Я не переставал удивляться, как мало в нашей жизни с Настей, вопреки бурному на вид ее началу и неожиданному (тоже на вид) концу, о котором еще будет место сказать, играл половой акт, плоть. Словно нам обоим была не нужна, а иногда и тягостна эта истома тел с их жаждой шторма и взрыва – формальность, в сущности, а между тем, я думаю, простой и чистый обряд венчания, приди нам в голову его совершить, был бы приятен нам. Так мне, во всяком случае, казалось тогда, да, признаться, кажется и теперь, хотя Настя, похоже, была атеистка. Странно, что я сомневаюсь: в отличие от Тони, о Насте я знал все. Правда, был один заповедник в наших беседах, сразу и навсегда нами принятое табу, но без него, конечно, нельзя было обойтись: мы никогда не вспоминали Тоню. Мы просто не говорили о ней совсем. Словно шорох и смутный гомон в прихожей, который я слышал, оставшись один на один с Сомовым (я достал его с полки и послушно перелистал, и даже прочел какого-то бесстыдника XIV, кажется, века: «"…а вместо ягод мы, сестрички", – кричат сосочки-землянички» (мой от нечего делать перевод), словно, говорю, общий смех за дверью уже с акустикой лестничной клетки, завершившийся аккордом двух знакомых замков, и отдаление шума на лестнице – это и было последнее, что нас связывало с отбывшей – и Настю, и меня. Из Штатов она не писала вовсе, Америка же для русских спокон веков заменяет тот свет (вспомним, куда уехал Свидригайлов). В отличие, кстати, от Канады – американской Украины, где очень шумно, вольно и разнообразно (судя по письмам и звонкам) и вообще ощутимо жили уже второй год Настины родители.

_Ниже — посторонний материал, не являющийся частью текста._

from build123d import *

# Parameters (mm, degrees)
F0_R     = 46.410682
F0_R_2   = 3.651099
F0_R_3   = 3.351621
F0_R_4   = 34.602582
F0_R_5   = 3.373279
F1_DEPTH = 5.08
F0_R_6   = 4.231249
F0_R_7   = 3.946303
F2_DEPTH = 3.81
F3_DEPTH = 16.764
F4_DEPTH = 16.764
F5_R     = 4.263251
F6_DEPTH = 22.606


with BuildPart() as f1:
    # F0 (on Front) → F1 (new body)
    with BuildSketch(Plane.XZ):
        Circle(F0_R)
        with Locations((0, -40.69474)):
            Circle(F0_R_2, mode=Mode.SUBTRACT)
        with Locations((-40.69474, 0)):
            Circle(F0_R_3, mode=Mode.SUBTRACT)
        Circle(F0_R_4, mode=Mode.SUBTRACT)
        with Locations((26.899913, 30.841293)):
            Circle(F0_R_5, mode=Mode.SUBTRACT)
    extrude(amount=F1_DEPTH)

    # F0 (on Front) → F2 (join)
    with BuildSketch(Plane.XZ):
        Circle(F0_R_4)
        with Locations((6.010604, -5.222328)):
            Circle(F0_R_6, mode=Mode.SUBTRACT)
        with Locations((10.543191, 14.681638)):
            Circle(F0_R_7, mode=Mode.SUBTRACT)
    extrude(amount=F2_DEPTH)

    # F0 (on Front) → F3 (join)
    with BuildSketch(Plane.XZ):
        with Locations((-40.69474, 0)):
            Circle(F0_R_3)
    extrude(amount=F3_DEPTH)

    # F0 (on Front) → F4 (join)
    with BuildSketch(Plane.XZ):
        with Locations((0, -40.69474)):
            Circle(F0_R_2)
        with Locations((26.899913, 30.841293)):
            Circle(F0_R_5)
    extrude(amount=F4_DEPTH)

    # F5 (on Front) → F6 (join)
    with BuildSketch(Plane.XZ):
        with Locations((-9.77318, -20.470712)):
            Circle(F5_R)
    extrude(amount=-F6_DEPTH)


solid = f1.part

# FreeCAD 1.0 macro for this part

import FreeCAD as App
import Part
import Sketcher
Q = App.Units.Quantity

doc = App.newDocument("Part")
body = doc.addObject("PartDesign::Body", "Body")

sketch1 = body.newObject("Sketcher::SketchObject", "Sketch")
sketch1.AttachmentSupport = (doc.getObject("XZ_Plane"), [""])
sketch1.MapMode = "FlatFace"
sketch1.addGeometry(Part.Circle(App.Vector(0, 0, 0), App.Vector(0, 0, 1), 46.4), False)
sketch1.addGeometry(Part.Circle(App.Vector(0, -40.7, 0), App.Vector(0, 0, 1), 3.7), False)
sketch1.addGeometry(Part.Circle(App.Vector(-40.7, 0, 0), App.Vector(0, 0, 1), 3.4), False)
sketch1.addGeometry(Part.Circle(App.Vector(0, 0, 0), App.Vector(0, 0, 1), 34.6), False)
sketch1.addGeometry(Part.Circle(App.Vector(26.9, 30.8, 0), App.Vector(0, 0, 1), 3.4), False)
sketch1.addConstraint(Sketcher.Constraint("Coincident", 0, 3, -1, 1))
sketch1.addConstraint(Sketcher.Constraint("Coincident", 3, 3, -1, 1))
sketch1.addConstraint(Sketcher.Constraint("PointOnObject", 1, 3, -2))
sketch1.addConstraint(Sketcher.Constraint("PointOnObject", 2, 3, -1))
sketch1.addConstraint(Sketcher.Constraint("Diameter", 4, 6.746558))
sketch1.addConstraint(Sketcher.Constraint("Diameter", 0, 92.821364))
sketch1.addConstraint(Sketcher.Constraint("Diameter", 1, 7.302198))
sketch1.addConstraint(Sketcher.Constraint("Diameter", 2, 6.703242))
sketch1.addConstraint(Sketcher.Constraint("Diameter", 3, 69.205164))
sketch1.addConstraint(Sketcher.Constraint("DistanceY", 1, 3, -1, 1, 40.69474))
sketch1.addConstraint(Sketcher.Constraint("DistanceX", 2, 3, -1, 1, 40.69474))
sketch1.addConstraint(Sketcher.Constraint("DistanceX", -1, 1, 4, 3, 26.899913))
sketch1.addConstraint(Sketcher.Constraint("DistanceY", -1, 1, 4, 3, 30.841293))
pad1 = body.newObject("PartDesign::Pad", "Pad")
pad1.Profile = sketch1
pad1.Length = Q("0.2 in")

sketch2 = body.newObject("Sketcher::SketchObject", "Sketch001")
sketch2.AttachmentSupport = (doc.getObject("XZ_Plane"), [""])
sketch2.MapMode = "FlatFace"
sketch2.addGeometry(Part.Circle(App.Vector(0, 0, 0), App.Vector(0, 0, 1), 34.6), False)
sketch2.addGeometry(Part.Circle(App.Vector(6, -5.2, 0), App.Vector(0, 0, 1), 4.2), False)
sketch2.addGeometry(Part.Circle(App.Vector(10.5, 14.7, 0), App.Vector(0, 0, 1), 3.9), False)
sketch2.addConstraint(Sketcher.Constraint("Coincident", 0, 3, -1, 1))
sketch2.addConstraint(Sketcher.Constraint("Diameter", 0, 69.205164))
sketch2.addConstraint(Sketcher.Constraint("Diameter", 1, 8.462498))
sketch2.addConstraint(Sketcher.Constraint("Diameter", 2, 7.892606))
sketch2.addConstraint(Sketcher.Constraint("DistanceX", -1, 1, 2, 3, 10.543191))
sketch2.addConstraint(Sketcher.Constraint("DistanceX", -1, 1, 1, 3, 6.010604))
sketch2.addConstraint(Sketcher.Constraint("DistanceY", 1, 3, -1, 1, 5.222328))
sketch2.addConstraint(Sketcher.Constraint("DistanceY", -1, 1, 2, 3, 14.681638))
pad2 = body.newObject("PartDesign::Pad", "Pad001")
pad2.Profile = sketch2
pad2.Length = Q("0.15 in")

sketch3 = body.newObject("Sketcher::SketchObject", "Sketch002")
sketch3.AttachmentSupport = (doc.getObject("XZ_Plane"), [""])
sketch3.MapMode = "FlatFace"
sketch3.addGeometry(Part.Circle(App.Vector(-40.7, 0, 0), App.Vector(0, 0, 1), 3.4), False)
sketch3.addConstraint(Sketcher.Constraint("PointOnObject", 0, 3, -1))
sketch3.addConstraint(Sketcher.Constraint("Diameter", 0, 6.703242))
sketch3.addConstraint(Sketcher.Constraint("DistanceX", 0, 3, -1, 1, 40.69474))
pad3 = body.newObject("PartDesign::Pad", "Pad002")
pad3.Profile = sketch3
pad3.Length = Q("0.66 in")

sketch4 = body.newObject("Sketcher::SketchObject", "Sketch003")
sketch4.AttachmentSupport = (doc.getObject("XZ_Plane"), [""])
sketch4.MapMode = "FlatFace"
sketch4.addGeometry(Part.Circle(App.Vector(0, -40.7, 0), App.Vector(0, 0, 1), 3.7), False)
sketch4.addGeometry(Part.Circle(App.Vector(26.9, 30.8, 0), App.Vector(0, 0, 1), 3.4), False)
sketch4.addConstraint(Sketcher.Constraint("PointOnObject", 0, 3, -2))
sketch4.addConstraint(Sketcher.Constraint("Diameter", 1, 6.746558))
sketch4.addConstraint(Sketcher.Constraint("Diameter", 0, 7.302198))
sketch4.addConstraint(Sketcher.Constraint("DistanceY", 0, 3, -1, 1, 40.69474))
sketch4.addConstraint(Sketcher.Constraint("DistanceX", -1, 1, 1, 3, 26.899913))
sketch4.addConstraint(Sketcher.Constraint("DistanceY", -1, 1, 1, 3, 30.841293))
pad4 = body.newObject("PartDesign::Pad", "Pad003")
pad4.Profile = sketch4
pad4.Length = Q("0.66 in")

sketch5 = body.newObject("Sketcher::SketchObject", "Sketch004")
sketch5.AttachmentSupport = (doc.getObject("XZ_Plane"), [""])
sketch5.MapMode = "FlatFace"
sketch5.addGeometry(Part.Circle(App.Vector(-9.8, -20.5, 0), App.Vector(0, 0, 1), 4.3), False)
sketch5.addConstraint(Sketcher.Constraint("Diameter", 0, 8.526502))
sketch5.addConstraint(Sketcher.Constraint("DistanceX", 0, 3, -1, 1, 9.77318))
sketch5.addConstraint(Sketcher.Constraint("DistanceY", 0, 3, -1, 1, 20.470712))
pad5 = body.newObject("PartDesign::Pad", "Pad004")
pad5.Profile = sketch5
pad5.Length = Q("0.89 in")
pad5.Reversed = True

doc.recompute()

В Киеве, таким образом, она была одна.

Я тотчас перебрался к ней – на ту неделю, которую мог еще себе позволить не уезжать: я, в общем, смутно представлял себе, что именно я могу себе сейчас позволять. Мать по телефону твердила, что у нее пока все сносно, и я довольствовался этим. Это были дни, которые трудно описать, которые страшно тревожить. Их особый тон, запах, вкус (все случайные, неудачные слова) начинались сразу же, утром, лишь только мы с Настей открывали глаза. Странно, но мы всегда просыпались вместе. Завтрак был праздником, за окном бушевало лето – оно обрушилось на город в один день (тот самый), – потом прогулка уводила нас недалеко от дома, куда-нибудь за цветами – мы все время покупали цветы, – и вот уже мы опять окунались в прохладный сумрак квартиры, где огромный буфет в гостиной мог потягаться с дедовским, а одну из комнат украшал часовой шкаф, причем удалой репетир в нем, составленный из маленьких фарфоровых колокольчиков, игравших, кажется, польку или гавот, предшествовал гулкому, мрачному набатному бою, словно две звонницы боролись друг с другом или словно в шкафу, как в замке, жили различные жильцы не в ладах между собой, так что одни были мастера поплясать, а у других день проходил в скорби, улыбка бежала их лиц, и среди них, суровей прочих, был некий черный монах: он-то и отсылался на колокольню всякий час, чтоб возвестить об их вечном горе, а заодно прервать неуместное ликование праздных весельчаков-соседей. Возможно, что это был сам аббат Герберт, впоследствии папа Сильвестр II, друг одного из Оттонов и изобретатель башенных часов. К полуночи он решительно брал верх, но потом долго лишь напоминал о себе, тогда как фарфоровый праздник разыгрывался вовсю – и то же повторялось в полдень. Часы одни могли бы составить всю обстановку комнаты, будь на это достаточно места, но хоть квартира Насти была огромной, четырехкомнатной и к тому же угловой, со множеством окон, балконов и даже террас; с необъятной кухней и с ванной, похожей на баню, где в полутьме всегда тлел синий глазок газовой колонки, – тем не менее она все же не могла тягаться пространством с апартаментами принца Просперо, ставившего так высоко (как и его автор) декоративный эффект.